The first few 100 users of Forrst were all my friends and colleagues, and
theirs as well. I invited folks I trusted would give me raw, honest feedback,
and I trusted them to invite similarly-minded people. The next ~1,500 users
came from this post: [http://thinkvitamin.com/design/forrst-finds-designers-
who-co...](http://thinkvitamin.com/design/forrst-finds-designers-who-code-
developers-who-design/)

------
ef4
Let me suggest an opposite approach: don't be your best user.

Consider: you are an entreprenur/hacker. If you are also your best user, then
your best user is an entrepreneur/hacker.
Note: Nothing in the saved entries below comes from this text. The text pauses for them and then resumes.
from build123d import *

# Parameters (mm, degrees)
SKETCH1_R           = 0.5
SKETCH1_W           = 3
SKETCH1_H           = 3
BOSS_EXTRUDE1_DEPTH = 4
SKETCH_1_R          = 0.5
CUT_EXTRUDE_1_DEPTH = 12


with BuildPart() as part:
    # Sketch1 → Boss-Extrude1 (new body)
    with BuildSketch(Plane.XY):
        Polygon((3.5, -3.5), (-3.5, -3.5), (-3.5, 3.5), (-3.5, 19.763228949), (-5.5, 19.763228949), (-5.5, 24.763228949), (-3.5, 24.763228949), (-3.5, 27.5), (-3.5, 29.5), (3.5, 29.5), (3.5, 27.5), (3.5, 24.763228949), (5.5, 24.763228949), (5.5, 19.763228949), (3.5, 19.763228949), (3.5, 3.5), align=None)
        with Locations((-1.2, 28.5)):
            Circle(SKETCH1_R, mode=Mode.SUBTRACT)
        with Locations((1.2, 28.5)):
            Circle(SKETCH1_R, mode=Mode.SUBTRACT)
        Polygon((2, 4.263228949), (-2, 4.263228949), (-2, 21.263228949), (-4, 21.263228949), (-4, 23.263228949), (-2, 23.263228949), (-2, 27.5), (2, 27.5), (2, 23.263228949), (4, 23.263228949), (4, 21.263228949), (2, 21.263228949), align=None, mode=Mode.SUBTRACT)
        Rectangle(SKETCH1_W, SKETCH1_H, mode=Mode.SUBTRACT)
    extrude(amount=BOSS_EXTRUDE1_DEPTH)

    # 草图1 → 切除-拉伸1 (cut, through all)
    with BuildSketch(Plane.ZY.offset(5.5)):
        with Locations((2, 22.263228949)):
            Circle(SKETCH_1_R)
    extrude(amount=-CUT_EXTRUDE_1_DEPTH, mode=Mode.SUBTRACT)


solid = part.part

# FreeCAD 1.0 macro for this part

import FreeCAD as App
import Part
import Sketcher

doc = App.newDocument("Part")
params = doc.addObject("Spreadsheet::Sheet", "Params")
for row, (alias, value) in enumerate([
    ("sketch1_diameter", "1 mm"),
    ("sketch1_width", "7 mm"),
    ("sketch1_width2", "2 mm"),
    ("sketch1_width3", "3 mm"),
    ("sketch1_width4", "4 mm"),
    ("pad1_length", "4 mm"),
    ("sketch2_diameter", "1 mm"),
], start=1):
    params.set(f"A{row}", alias)
    params.set(f"B{row}", "=" + value)
    params.setAlias(f"B{row}", alias)

body = doc.addObject("PartDesign::Body", "Body")

# Sketch on XY plane
sketch1 = doc.addObject("Sketcher::SketchObject", "Sketch")
body.addObject(sketch1)
sketch1.AttachmentSupport = (doc.XY_Plane, [""])
sketch1.MapMode = "FlatFace"
sketch1.addGeometry([
    Part.LineSegment(App.Vector(-3.5, -3.5, 0), App.Vector(3.5, -3.5, 0)),  # 0
    Part.LineSegment(App.Vector(3.5, -3.5, 0), App.Vector(3.5, 19.8, 0)),  # 1
    Part.LineSegment(App.Vector(3.5, 19.8, 0), App.Vector(5.5, 19.8, 0)),  # 2
    Part.LineSegment(App.Vector(5.5, 19.8, 0), App.Vector(5.5, 24.8, 0)),  # 3
    Part.LineSegment(App.Vector(5.5, 24.8, 0), App.Vector(3.5, 24.8, 0)),  # 4
    Part.LineSegment(App.Vector(3.5, 24.8, 0), App.Vector(3.5, 29.5, 0)),  # 5
    Part.LineSegment(App.Vector(3.5, 29.5, 0), App.Vector(-3.5, 29.5, 0)),  # 6
    Part.LineSegment(App.Vector(-3.5, 29.5, 0), App.Vector(-3.5, 24.8, 0)),  # 7
    Part.LineSegment(App.Vector(-3.5, 24.8, 0), App.Vector(-5.5, 24.8, 0)),  # 8
    Part.LineSegment(App.Vector(-5.5, 24.8, 0), App.Vector(-5.5, 19.8, 0)),  # 9
    Part.LineSegment(App.Vector(-5.5, 19.8, 0), App.Vector(-3.5, 19.8, 0)),  # 10
    Part.LineSegment(App.Vector(-3.5, 19.8, 0), App.Vector(-3.5, -3.5, 0)),  # 11
    Part.LineSegment(App.Vector(-1.5, -1.5, 0), App.Vector(-1.5, 1.5, 0)),  # 12
    Part.LineSegment(App.Vector(-1.5, 1.5, 0), App.Vector(1.5, 1.5, 0)),  # 13
    Part.LineSegment(App.Vector(1.5, 1.5, 0), App.Vector(1.5, -1.5, 0)),  # 14
    Part.LineSegment(App.Vector(1.5, -1.5, 0), App.Vector(-1.5, -1.5, 0)),  # 15
    Part.Circle(App.Vector(1.2, 28.5, 0), App.Vector(0, 0, 1), 0.5),  # 16
    Part.LineSegment(App.Vector(2, 4.3, 0), App.Vector(-2, 4.3, 0)),  # 17
    Part.LineSegment(App.Vector(-2, 4.3, 0), App.Vector(-2, 21.3, 0)),  # 18
    Part.LineSegment(App.Vector(-2, 21.3, 0), App.Vector(-4, 21.3, 0)),  # 19
    Part.LineSegment(App.Vector(-4, 21.3, 0), App.Vector(-4, 23.3, 0)),  # 20
    Part.LineSegment(App.Vector(-4, 23.3, 0), App.Vector(-2, 23.3, 0)),  # 21
    Part.LineSegment(App.Vector(-2, 23.3, 0), App.Vector(-2, 27.5, 0)),  # 22
    Part.LineSegment(App.Vector(-2, 27.5, 0), App.Vector(2, 27.5, 0)),  # 23
    Part.LineSegment(App.Vector(2, 27.5, 0), App.Vector(2, 23.3, 0)),  # 24
    Part.LineSegment(App.Vector(2, 23.3, 0), App.Vector(4, 23.3, 0)),  # 25
    Part.LineSegment(App.Vector(4, 23.3, 0), App.Vector(4, 21.3, 0)),  # 26
    Part.LineSegment(App.Vector(4, 21.3, 0), App.Vector(2, 21.3, 0)),  # 27
    Part.LineSegment(App.Vector(2, 21.3, 0), App.Vector(2, 4.3, 0)),  # 28
    Part.Circle(App.Vector(-1.2, 28.5, 0), App.Vector(0, 0, 1), 0.5),  # 29
], False)
sketch1.addConstraint([
    Sketcher.Constraint("Coincident", 0, 2, 1, 1),
    Sketcher.Constraint("Coincident", 1, 2, 2, 1),
    Sketcher.Constraint("Coincident", 2, 2, 3, 1),
    Sketcher.Constraint("Coincident", 3, 2, 4, 1),
    Sketcher.Constraint("Coincident", 4, 2, 5, 1),
    Sketcher.Constraint("Coincident", 5, 2, 6, 1),
    Sketcher.Constraint("Coincident", 6, 2, 7, 1),
    Sketcher.Constraint("Coincident", 7, 2, 8, 1),
    Sketcher.Constraint("Coincident", 8, 2, 9, 1),
    Sketcher.Constraint("Coincident", 9, 2, 10, 1),
    Sketcher.Constraint("Coincident", 10, 2, 11, 1),
    Sketcher.Constraint("Coincident", 11, 2, 0, 1),
    Sketcher.Constraint("Coincident", 12, 2, 13, 1),
    Sketcher.Constraint("Coincident", 13, 2, 14, 1),
    Sketcher.Constraint("Coincident", 14, 2, 15, 1),
    Sketcher.Constraint("Coincident", 15, 2, 12, 1),
    Sketcher.Constraint("Coincident", 17, 2, 18, 1),
    Sketcher.Constraint("Coincident", 18, 2, 19, 1),
    Sketcher.Constraint("Coincident", 19, 2, 20, 1),
    Sketcher.Constraint("Coincident", 20, 2, 21, 1),
    Sketcher.Constraint("Coincident", 21, 2, 22, 1),
    Sketcher.Constraint("Coincident", 22, 2, 23, 1),
    Sketcher.Constraint("Coincident", 23, 2, 24, 1),
    Sketcher.Constraint("Coincident", 24, 2, 25, 1),
    Sketcher.Constraint("Coincident", 25, 2, 26, 1),
    Sketcher.Constraint("Coincident", 26, 2, 27, 1),
    Sketcher.Constraint("Coincident", 27, 2, 28, 1),
    Sketcher.Constraint("Coincident", 28, 2, 17, 1),
    Sketcher.Constraint("Horizontal", 0),
    Sketcher.Constraint("Vertical", 1),
    Sketcher.Constraint("Horizontal", 2),
    Sketcher.Constraint("Vertical", 3),
    Sketcher.Constraint("Horizontal", 4),
    Sketcher.Constraint("Vertical", 5),
    Sketcher.Constraint("Horizontal", 6),
    Sketcher.Constraint("Vertical", 7),
    Sketcher.Constraint("Horizontal", 8),
    Sketcher.Constraint("Vertical", 9),
    Sketcher.Constraint("Horizontal", 10),
    Sketcher.Constraint("Vertical", 11),
    Sketcher.Constraint("Vertical", 12),
    Sketcher.Constraint("Horizontal", 13),
    Sketcher.Constraint("Vertical", 14),
    Sketcher.Constraint("Horizontal", 15),
    Sketcher.Constraint("Horizontal", 17),
    Sketcher.Constraint("Vertical", 18),
    Sketcher.Constraint("Horizontal", 19),
    Sketcher.Constraint("Vertical", 20),
    Sketcher.Constraint("Horizontal", 21),
    Sketcher.Constraint("Vertical", 22),
    Sketcher.Constraint("Horizontal", 23),
    Sketcher.Constraint("Vertical", 24),
    Sketcher.Constraint("Horizontal", 25),
    Sketcher.Constraint("Vertical", 26),
    Sketcher.Constraint("Horizontal", 27),
    Sketcher.Constraint("Vertical", 28),
    Sketcher.Constraint("Equal", 16, 29),
    Sketcher.Constraint("Symmetric", 12, 2, 14, 2, -1, 1),
    Sketcher.Constraint("Symmetric", 16, 3, 29, 3, -2),
    Sketcher.Constraint("Symmetric", 4, 2, 7, 2, -2),
    Sketcher.Constraint("Symmetric", 2, 2, 9, 2, -2),
    Sketcher.Constraint("Symmetric", 21, 2, 24, 2, -2),
    Sketcher.Constraint("Symmetric", 19, 2, 26, 2, -2),
    Sketcher.Constraint("Vertical", 1, 2, 4, 2),
    Sketcher.Constraint("Vertical", 7, 2, 10, 2),
    Sketcher.Constraint("Vertical", 18, 2, 21, 2),
    Sketcher.Constraint("Vertical", 24, 2, 27, 2),
    Sketcher.Constraint("Equal", 10, 19),
    Sketcher.Constraint("Equal", 15, 12),
    Sketcher.Constraint("Equal", 27, 20),
    Sketcher.Constraint("Diameter", 16, 1.0),
    Sketcher.Constraint("DistanceX", 0, 1, 0, 2, 7.0),
    Sketcher.Constraint("DistanceX", 2, 1, 2, 2, 2.0),
    Sketcher.Constraint("DistanceX", 13, 1, 13, 2, 3.0),
    Sketcher.Constraint("DistanceX", 17, 2, 17, 1, 4.0),
    Sketcher.Constraint("DistanceY", 3, 1, 3, 2, 5.0),
    Sketcher.Constraint("DistanceY", 18, 1, 18, 2, 17.0),
    Sketcher.Constraint("DistanceY", 0, 2, 16, 3, 32.0),
    Sketcher.Constraint("DistanceY", 16, 3, 5, 2, 1.0),
    Sketcher.Constraint("DistanceY", 11, 2, 12, 2, 5.0),
    Sketcher.Constraint("DistanceY", 22, 2, 29, 3, 1.0),
    Sketcher.Constraint("DistanceX", -1, 1, 16, 3, 1.2),
    Sketcher.Constraint("DistanceY", 10, 2, 18, 2, 1.5),
    Sketcher.Constraint("DistanceY", 1, 1, 1, 2, 23.263229),
])
sketch1.setExpression("Constraints[70]", "Params.sketch1_diameter")
sketch1.setExpression("Constraints[71]", "Params.sketch1_width")
sketch1.setExpression("Constraints[72]", "Params.sketch1_width2")
sketch1.setExpression("Constraints[73]", "Params.sketch1_width3")
sketch1.setExpression("Constraints[74]", "Params.sketch1_width4")
pad1 = doc.addObject("PartDesign::Pad", "Pad")
body.addObject(pad1)
pad1.Profile = sketch1
pad1.setExpression("Length", "Params.pad1_length")

# Sketch on YZ plane
sketch2 = doc.addObject("Sketcher::SketchObject", "Sketch001")
body.addObject(sketch2)
sketch2.AttachmentSupport = (doc.YZ_Plane, [""])
sketch2.MapMode = "FlatFace"
sketch2.AttachmentOffset = App.Placement(App.Vector(0, 0, -5.5), App.Rotation())
sketch2.addGeometry(Part.Circle(App.Vector(22.3, 2, 0), App.Vector(0, 0, 1), 0.5), False)
sketch2.addConstraint([
    Sketcher.Constraint("Diameter", 0, 1.0),
    Sketcher.Constraint("DistanceY", -1, 1, 0, 3, 2.0),
    Sketcher.Constraint("DistanceX", -1, 1, 0, 3, 22.263229),
])
sketch2.setExpression("Constraints[0]", "Params.sketch2_diameter")
pocket1 = doc.addObject("PartDesign::Pocket", "Pocket")
body.addObject(pocket1)
pocket1.Profile = sketch2
pocket1.Type = "ThroughAll"
pocket1.Reversed = True

doc.recompute()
This leads to several undesirable effects. For one, your users will value the
product less because they could write it themselves (or they think they
could). For another, you're far more likely to end up in a crowded space with
many competitors, because the need and the capability to satisfy the need are
coincident in the same people. And for another, you may end up with a product
that's tailored to the relatively small niche of "hackers", and unfit for
wider audiences.

Now contrast with a different scenario: go find some people with a problem and
money to throw at it, but no expertise in solving the problem. Learn about
their problem. Most likely you will be horrified at what passes for
"information technology" in their world. When you present your solution, they
will look on it as magic, and you as some technology god.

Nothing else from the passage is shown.